» Input:
*** Begin section ***

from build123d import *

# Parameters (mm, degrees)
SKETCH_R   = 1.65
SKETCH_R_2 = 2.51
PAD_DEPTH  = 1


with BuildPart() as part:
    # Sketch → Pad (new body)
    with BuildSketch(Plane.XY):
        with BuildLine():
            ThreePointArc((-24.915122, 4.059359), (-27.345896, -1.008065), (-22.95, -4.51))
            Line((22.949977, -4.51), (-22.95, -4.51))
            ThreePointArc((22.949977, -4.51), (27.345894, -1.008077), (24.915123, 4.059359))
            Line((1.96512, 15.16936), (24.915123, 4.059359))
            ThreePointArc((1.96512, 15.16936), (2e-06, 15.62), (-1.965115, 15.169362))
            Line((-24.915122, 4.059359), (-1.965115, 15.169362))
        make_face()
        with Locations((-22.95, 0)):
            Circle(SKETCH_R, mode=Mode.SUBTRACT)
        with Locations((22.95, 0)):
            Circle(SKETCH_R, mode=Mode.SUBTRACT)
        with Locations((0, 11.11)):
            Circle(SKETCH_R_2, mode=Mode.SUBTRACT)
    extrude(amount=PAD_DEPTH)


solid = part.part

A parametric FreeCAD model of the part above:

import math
import FreeCAD as App
import Part
import Sketcher
from FreeCAD import Vector

doc = App.newDocument("Part")
body = doc.addObject("PartDesign::Body", "Body")

sketch1 = body.newObject("Sketcher::SketchObject", "Sketch")
sketch1.AttachmentSupport = (doc.getObject("XY_Plane"), [""])
sketch1.MapMode = "FlatFace"
sketch1.addGeometry([
    Part.ArcOfCircle(Part.Circle(Vector(-22.9, 0, 0), Vector(0, 0, 1), 4.5), math.radians(116), math.radians(270)),
    Part.LineSegment(Vector(-22.9, -4.5, 0), Vector(22.9, -4.5, 0)),
    Part.ArcOfCircle(Part.Circle(Vector(23, 0, 0), Vector(0, 0, 1), 4.5), math.radians(-90), math.radians(64)),
    Part.LineSegment(Vector(24.9, 4.1, 0), Vector(2, 15.2, 0)),
    Part.ArcOfCircle(Part.Circle(Vector(0, 11.1, 0), Vector(0, 0, 1), 4.5), math.radians(64), math.radians(116)),
    Part.LineSegment(Vector(-2, 15.2, 0), Vector(-24.9, 4.1, 0)),
    Part.Circle(Vector(-22.9, 0, 0), Vector(0, 0, 1), 1.6),
    Part.Circle(Vector(22.9, 0, 0), Vector(0, 0, 1), 1.6),
    Part.Circle(Vector(0, 11.1, 0), Vector(0, 0, 1), 2.5),
], False)
sketch1.addConstraint([
    Sketcher.Constraint("Tangent", 0, 2, 1, 1),
    Sketcher.Constraint("Coincident", 1, 2, 2, 1),
    Sketcher.Constraint("Tangent", 2, 2, 3, 1),
    Sketcher.Constraint("Tangent", 3, 2, 4, 1),
    Sketcher.Constraint("Tangent", 4, 2, 5, 1),
    Sketcher.Constraint("Tangent", 5, 2, 0, 1),
    Sketcher.Constraint("Horizontal", 1),
    Sketcher.Constraint("Coincident", 6, 3, 0, 3),
    Sketcher.Constraint("Coincident", 7, 3, 2, 3),
    Sketcher.Constraint("Coincident", 8, 3, 4, 3),
    Sketcher.Constraint("Equal", 0, 2),
    Sketcher.Constraint("Equal", 2, 4),
    Sketcher.Constraint("Equal", 6, 7),
    Sketcher.Constraint("Symmetric", 0, 3, 2, 3, -1, 1),
    Sketcher.Constraint("PointOnObject", 4, 3, -2),
    Sketcher.Constraint("Diameter", 6, 3.3),
    Sketcher.Constraint("Diameter", 8, 5.02),
    Sketcher.Constraint("Radius", 0, 4.51),
    Sketcher.Constraint("DistanceX", 0, 3, 2, 3, 45.9),
    Sketcher.Constraint("DistanceY", -1, 1, 4, 3, 11.110002),
    Sketcher.Constraint("DistanceX", 1, 1, 1, 2, 45.899977),
])
pad1 = body.newObject("PartDesign::Pad", "Pad")
pad1.Profile = sketch1
pad1.Length = 1

doc.recompute()
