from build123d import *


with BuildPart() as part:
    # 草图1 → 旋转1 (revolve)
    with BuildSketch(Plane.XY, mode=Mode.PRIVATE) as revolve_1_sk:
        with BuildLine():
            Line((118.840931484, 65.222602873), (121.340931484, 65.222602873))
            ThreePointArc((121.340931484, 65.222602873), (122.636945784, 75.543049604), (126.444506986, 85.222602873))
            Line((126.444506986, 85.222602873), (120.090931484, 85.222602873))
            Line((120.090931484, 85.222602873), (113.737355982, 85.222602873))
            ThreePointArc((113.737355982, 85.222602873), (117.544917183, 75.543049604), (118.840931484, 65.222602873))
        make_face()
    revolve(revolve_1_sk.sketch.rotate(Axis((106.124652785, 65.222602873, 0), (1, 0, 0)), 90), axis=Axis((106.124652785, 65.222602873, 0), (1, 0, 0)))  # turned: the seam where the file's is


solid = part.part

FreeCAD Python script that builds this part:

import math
import FreeCAD as App
import Part
import Sketcher
Q = App.Units.Quantity

doc = App.newDocument("Part")
params = doc.addObject("Spreadsheet::Sheet", "Params")
for row, (alias, value) in enumerate([
    ("sketch1_radius", "41.74 mm"),
    ("sketch1_width", "2.5 mm"),
    ("revolution_angle", "360 deg"),
], start=1):
    params.set(f"A{row}", alias)
    params.set(f"B{row}", "=" + value)
    params.setAlias(f"B{row}", alias)

body = doc.addObject("PartDesign::Body", "Body")

# Sketch on XY plane
sketch1 = body.newObject("Sketcher::SketchObject", "Sketch")
sketch1.AttachmentSupport = (doc.getObject("XY_Plane"), [""])
sketch1.MapMode = "FlatFace"
sketch1.addGeometry([
    Part.LineSegment(App.Vector(118.8, 65.2, 0), App.Vector(121.3, 65.2, 0)),
    Part.ArcOfCircle(Part.Circle(App.Vector(163.1, 65.2, 0), App.Vector(0, 0, 1), 41.7), math.radians(151), math.radians(180)),
    Part.LineSegment(App.Vector(126.4, 85.2, 0), App.Vector(113.7, 85.2, 0)),
    Part.ArcOfCircle(Part.Circle(App.Vector(77.1, 65.2, 0), App.Vector(0, 0, 1), 41.7), math.radians(0), math.radians(29)),
], False)
sketch1.addGeometry(Part.LineSegment(App.Vector(77.1, 65.2, 0), App.Vector(163.1, 65.2, 0)), True)  # axis
sketch1.addConstraint([
    Sketcher.Constraint("Coincident", 0, 2, 1, 2),
    Sketcher.Constraint("Coincident", 1, 1, 2, 1),
    Sketcher.Constraint("Coincident", 2, 2, 3, 2),
    Sketcher.Constraint("Coincident", 3, 1, 0, 1),
    Sketcher.Constraint("Horizontal", 0),
    Sketcher.Constraint("Horizontal", 2),
    Sketcher.Constraint("Horizontal", 4),
    Sketcher.Constraint("Coincident", 4, 1, 3, 3),
    Sketcher.Constraint("Coincident", 4, 2, 1, 3),
    Sketcher.Constraint("Equal", 1, 3),
    Sketcher.Constraint("Horizontal", 3, 3, 0, 2),
    Sketcher.Constraint("Radius", 1, Q("41.74 mm")),
    Sketcher.Constraint("DistanceX", 0, 1, 0, 2, Q("2.5 mm")),
    Sketcher.Constraint("DistanceY", 0, 2, 1, 1, Q("20 mm")),
    Sketcher.Constraint("DistanceX", -1, 1, 1, 3, Q("163.080931 mm")),
    Sketcher.Constraint("DistanceY", -1, 1, 1, 3, Q("65.222603 mm")),
])
sketch1.setExpression("Constraints[11]", "Params.sketch1_radius")
sketch1.setExpression("Constraints[12]", "Params.sketch1_width")
revolution = body.newObject("PartDesign::Revolution", "Revolution")
revolution.Profile = sketch1
revolution.ReferenceAxis = (sketch1, ["Axis0"])
revolution.setExpression("Angle", "Params.revolution_angle")

doc.recompute()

*** End section ***

» Task goal: Give an exact copy of the lines above, from the top of the records to the line that contains "A parametric FreeCAD", taking in both ends.

» Reply to the exercise:
from build123d import *

# Parameters (mm, degrees)
SKETCH_R   = 1.65
SKETCH_R_2 = 2.51
PAD_DEPTH  = 1


with BuildPart() as part:
    # Sketch → Pad (new body)
    with BuildSketch(Plane.XY):
        with BuildLine():
            ThreePointArc((-24.915122, 4.059359), (-27.345896, -1.008065), (-22.95, -4.51))
            Line((22.949977, -4.51), (-22.95, -4.51))
            ThreePointArc((22.949977, -4.51), (27.345894, -1.008077), (24.915123, 4.059359))
            Line((1.96512, 15.16936), (24.915123, 4.059359))
            ThreePointArc((1.96512, 15.16936), (2e-06, 15.62), (-1.965115, 15.169362))
            Line((-24.915122, 4.059359), (-1.965115, 15.169362))
        make_face()
        with Locations((-22.95, 0)):
            Circle(SKETCH_R, mode=Mode.SUBTRACT)
        with Locations((22.95, 0)):
            Circle(SKETCH_R, mode=Mode.SUBTRACT)
        with Locations((0, 11.11)):
            Circle(SKETCH_R_2, mode=Mode.SUBTRACT)
    extrude(amount=PAD_DEPTH)


solid = part.part

A parametric FreeCAD model of the part above:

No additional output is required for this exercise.